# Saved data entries
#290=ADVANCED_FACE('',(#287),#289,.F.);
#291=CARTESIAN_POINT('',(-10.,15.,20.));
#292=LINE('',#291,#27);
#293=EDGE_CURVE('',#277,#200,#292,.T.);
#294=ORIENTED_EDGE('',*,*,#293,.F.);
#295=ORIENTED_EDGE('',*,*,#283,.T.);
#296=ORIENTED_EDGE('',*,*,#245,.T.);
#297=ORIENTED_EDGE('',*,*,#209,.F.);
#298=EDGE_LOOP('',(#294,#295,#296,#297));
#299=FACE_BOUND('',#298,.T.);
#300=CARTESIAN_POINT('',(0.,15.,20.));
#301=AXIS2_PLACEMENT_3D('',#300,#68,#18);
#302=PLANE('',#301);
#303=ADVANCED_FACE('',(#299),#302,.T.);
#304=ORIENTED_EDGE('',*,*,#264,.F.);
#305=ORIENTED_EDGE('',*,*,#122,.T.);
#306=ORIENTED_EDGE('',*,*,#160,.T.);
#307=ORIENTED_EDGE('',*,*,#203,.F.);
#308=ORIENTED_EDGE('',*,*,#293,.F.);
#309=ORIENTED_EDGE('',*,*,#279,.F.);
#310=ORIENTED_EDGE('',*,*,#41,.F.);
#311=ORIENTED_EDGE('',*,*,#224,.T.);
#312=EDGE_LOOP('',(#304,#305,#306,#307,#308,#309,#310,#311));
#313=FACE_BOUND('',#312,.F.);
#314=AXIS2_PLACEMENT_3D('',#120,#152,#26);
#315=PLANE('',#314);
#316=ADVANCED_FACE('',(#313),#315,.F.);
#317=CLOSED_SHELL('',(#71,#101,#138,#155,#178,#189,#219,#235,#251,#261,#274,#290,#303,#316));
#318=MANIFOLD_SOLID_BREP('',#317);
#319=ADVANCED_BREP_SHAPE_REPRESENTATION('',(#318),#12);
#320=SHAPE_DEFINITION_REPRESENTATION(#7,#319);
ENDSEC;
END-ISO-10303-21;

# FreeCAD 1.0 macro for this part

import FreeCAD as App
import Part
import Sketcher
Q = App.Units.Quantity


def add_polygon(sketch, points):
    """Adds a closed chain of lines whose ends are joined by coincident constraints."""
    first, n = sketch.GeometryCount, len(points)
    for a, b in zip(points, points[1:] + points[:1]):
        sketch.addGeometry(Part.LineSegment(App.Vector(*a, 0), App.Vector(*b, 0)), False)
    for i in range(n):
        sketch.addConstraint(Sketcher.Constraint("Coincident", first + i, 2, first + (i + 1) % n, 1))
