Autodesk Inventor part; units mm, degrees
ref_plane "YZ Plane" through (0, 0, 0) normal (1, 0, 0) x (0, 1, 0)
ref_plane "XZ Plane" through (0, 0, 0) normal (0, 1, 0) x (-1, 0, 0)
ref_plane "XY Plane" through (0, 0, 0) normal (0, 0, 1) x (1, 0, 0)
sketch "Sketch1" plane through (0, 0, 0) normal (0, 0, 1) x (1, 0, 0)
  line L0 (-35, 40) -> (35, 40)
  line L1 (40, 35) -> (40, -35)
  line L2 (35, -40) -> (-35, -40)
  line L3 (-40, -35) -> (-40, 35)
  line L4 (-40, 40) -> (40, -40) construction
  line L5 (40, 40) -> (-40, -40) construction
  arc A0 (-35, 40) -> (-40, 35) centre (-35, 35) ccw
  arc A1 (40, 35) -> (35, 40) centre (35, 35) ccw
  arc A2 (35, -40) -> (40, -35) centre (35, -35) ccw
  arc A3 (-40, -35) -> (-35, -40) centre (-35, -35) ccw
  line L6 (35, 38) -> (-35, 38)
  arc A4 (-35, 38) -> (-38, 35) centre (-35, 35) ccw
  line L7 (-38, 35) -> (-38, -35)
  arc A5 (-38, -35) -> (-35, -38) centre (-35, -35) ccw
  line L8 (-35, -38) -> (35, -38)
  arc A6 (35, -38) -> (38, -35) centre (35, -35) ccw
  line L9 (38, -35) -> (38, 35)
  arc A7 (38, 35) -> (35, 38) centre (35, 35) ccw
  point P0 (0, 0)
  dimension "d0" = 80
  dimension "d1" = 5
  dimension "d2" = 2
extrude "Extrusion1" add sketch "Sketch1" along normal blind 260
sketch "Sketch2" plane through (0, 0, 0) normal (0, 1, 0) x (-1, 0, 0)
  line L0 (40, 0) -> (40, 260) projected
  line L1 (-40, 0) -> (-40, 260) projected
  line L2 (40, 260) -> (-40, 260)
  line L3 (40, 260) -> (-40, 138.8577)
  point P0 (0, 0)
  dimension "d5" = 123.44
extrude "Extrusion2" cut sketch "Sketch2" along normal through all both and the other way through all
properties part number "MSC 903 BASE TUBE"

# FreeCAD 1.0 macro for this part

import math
import FreeCAD as App
import Part
import Sketcher
from FreeCAD import Vector
Q = App.Units.Quantity

doc = App.newDocument("Part")
body = doc.addObject("PartDesign::Body", "Body")

sketch1 = body.newObject("Sketcher::SketchObject", "Sketch")
sketch1.AttachmentSupport = (doc.getObject("XY_Plane"), [""])
sketch1.MapMode = "FlatFace"
sketch1.addGeometry([
    Part.LineSegment(Vector(35, 40, 0), Vector(-35, 40, 0)),
    Part.ArcOfCircle(Part.Circle(Vector(-35, 35, 0), Vector(0, 0, 1), 5), math.radians(90), math.radians(180)),
    Part.LineSegment(Vector(-40, 35, 0), Vector(-40, -35, 0)),
    Part.ArcOfCircle(Part.Circle(Vector(-35, -35, 0), Vector(0, 0, 1), 5), math.radians(180), math.radians(270)),
    Part.LineSegment(Vector(-35, -40, 0), Vector(35, -40, 0)),
    Part.ArcOfCircle(Part.Circle(Vector(35, -35, 0), Vector(0, 0, 1), 5), math.radians(-90), math.radians(0)),
    Part.LineSegment(Vector(40, -35, 0), Vector(40, 35, 0)),
    Part.ArcOfCircle(Part.Circle(Vector(35, 35, 0), Vector(0, 0, 1), 5), math.radians(0), math.radians(90)),
    Part.LineSegment(Vector(-35, 38, 0), Vector(35, 38, 0)),
    Part.ArcOfCircle(Part.Circle(Vector(35, 35, 0), Vector(0, 0, 1), 3), math.radians(0), math.radians(90)),
    Part.LineSegment(Vector(38, 35, 0), Vector(38, -35, 0)),
    Part.ArcOfCircle(Part.Circle(Vector(35, -35, 0), Vector(0, 0, 1), 3), math.radians(-90), math.radians(0)),
    Part.LineSegment(Vector(35, -38, 0), Vector(-35, -38, 0)),
    Part.ArcOfCircle(Part.Circle(Vector(-35, -35, 0), Vector(0, 0, 1), 3), math.radians(180), math.radians(270)),
    Part.LineSegment(Vector(-38, -35, 0), Vector(-38, 35, 0)),
    Part.ArcOfCircle(Part.Circle(Vector(-35, 35, 0), Vector(0, 0, 1), 3), math.radians(90), math.radians(180)),
], False)
sketch1.addConstraint([
    Sketcher.Constraint("Tangent", 0, 2, 1, 1),
    Sketcher.Constraint("Tangent", 1, 2, 2, 1),
    Sketcher.Constraint("Tangent", 2, 2, 3, 1),
    Sketcher.Constraint("Tangent", 3, 2, 4, 1),
    Sketcher.Constraint("Tangent", 4, 2, 5, 1),
    Sketcher.Constraint("Tangent", 5, 2, 6, 1),
    Sketcher.Constraint("Tangent", 6, 2, 7, 1),
    Sketcher.Constraint("Tangent", 7, 2, 0, 1),
    Sketcher.Constraint("Tangent", 8, 2, 9, 2),
    Sketcher.Constraint("Tangent", 9, 1, 10, 1),
    Sketcher.Constraint("Tangent", 10, 2, 11, 2),
    Sketcher.Constraint("Tangent", 11, 1, 12, 1),
    Sketcher.Constraint("Tangent", 12, 2, 13, 2),
    Sketcher.Constraint("Tangent", 13, 1, 14, 1),
    Sketcher.Constraint("Tangent", 14, 2, 15, 2),
    Sketcher.Constraint("Tangent", 15, 1, 8, 1),
    Sketcher.Constraint("Horizontal", 0),
    Sketcher.Constraint("Vertical", 2),
    Sketcher.Constraint("Horizontal", 4),
    Sketcher.Constraint("Vertical", 6),
    Sketcher.Constraint("Horizontal", 8),
    Sketcher.Constraint("Vertical", 10),
    Sketcher.Constraint("Horizontal", 12),
    Sketcher.Constraint("Vertical", 14),
    Sketcher.Constraint("Coincident", 9, 3, 7, 3),
    Sketcher.Constraint("Coincident", 11, 3, 5, 3),
    Sketcher.Constraint("Coincident", 13, 3, 3, 3),
    Sketcher.Constraint("Equal", 1, 3),
    Sketcher.Constraint("Equal", 3, 5),
    Sketcher.Constraint("Equal", 5, 7),
    Sketcher.Constraint("Equal", 13, 15),
    Sketcher.Constraint("Symmetric", 1, 3, 5, 3, -1, 1),
    Sketcher.Constraint("Equal", 12, 2),
    Sketcher.Constraint("Radius", 1, Q("5 mm")),
    Sketcher.Constraint("Radius", 9, Q("3 mm")),
    Sketcher.Constraint("DistanceX", 0, 2, 0, 1, Q("70 mm")),
])
pad1 = body.newObject("PartDesign::Pad", "Pad")
pad1.Profile = sketch1
pad1.Length = 260

sketch2 = body.newObject("Sketcher::SketchObject", "Sketch001")
sketch2.AttachmentSupport = (doc.getObject("XZ_Plane"), [""])
sketch2.MapMode = "FlatFace"
sketch2.addGeometry([
    Part.LineSegment(Vector(40, 260, 0), Vector(40, 139, 0)),
    Part.LineSegment(Vector(40, 139, 0), Vector(-40, 260, 0)),
    Part.LineSegment(Vector(-40, 260, 0), Vector(40, 260, 0)),
], False)
sketch2.addConstraint([
    Sketcher.Constraint("Coincident", 0, 2, 1, 1),
    Sketcher.Constraint("Coincident", 1, 2, 2, 1),
    Sketcher.Constraint("Coincident", 2, 2, 0, 1),
    Sketcher.Constraint("Vertical", 0),
    Sketcher.Constraint("Horizontal", 2),
    Sketcher.Constraint("Angle", 1, Q("123.44 deg")),
    Sketcher.Constraint("DistanceX", 2, 1, 2, 2, Q("80 mm")),
    Sketcher.Constraint("DistanceX", -1, 1, 0, 2, Q("40 mm")),
    Sketcher.Constraint("DistanceY", -1, 1, 1, 2, Q("260 mm")),
])
pocket1 = body.newObject("PartDesign::Pocket", "Pocket")
pocket1.Profile = sketch2
pocket1.Type = "ThroughAll"
pocket1.Midplane = True

doc.recompute()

# Work to complete
All lines above from the one with "#292=LINE('',#291,#27);" to the one with "#298=EDGE_LOOP('',(#294,#295,#296,#297));", inclusive, should be copied exactly, and no other lines.

# Solved exercise
#292=LINE('',#291,#27);
#293=EDGE_CURVE('',#277,#200,#292,.T.);
#294=ORIENTED_EDGE('',*,*,#293,.F.);
#295=ORIENTED_EDGE('',*,*,#283,.T.);
#296=ORIENTED_EDGE('',*,*,#245,.T.);
#297=ORIENTED_EDGE('',*,*,#209,.F.);
#298=EDGE_LOOP('',(#294,#295,#296,#297));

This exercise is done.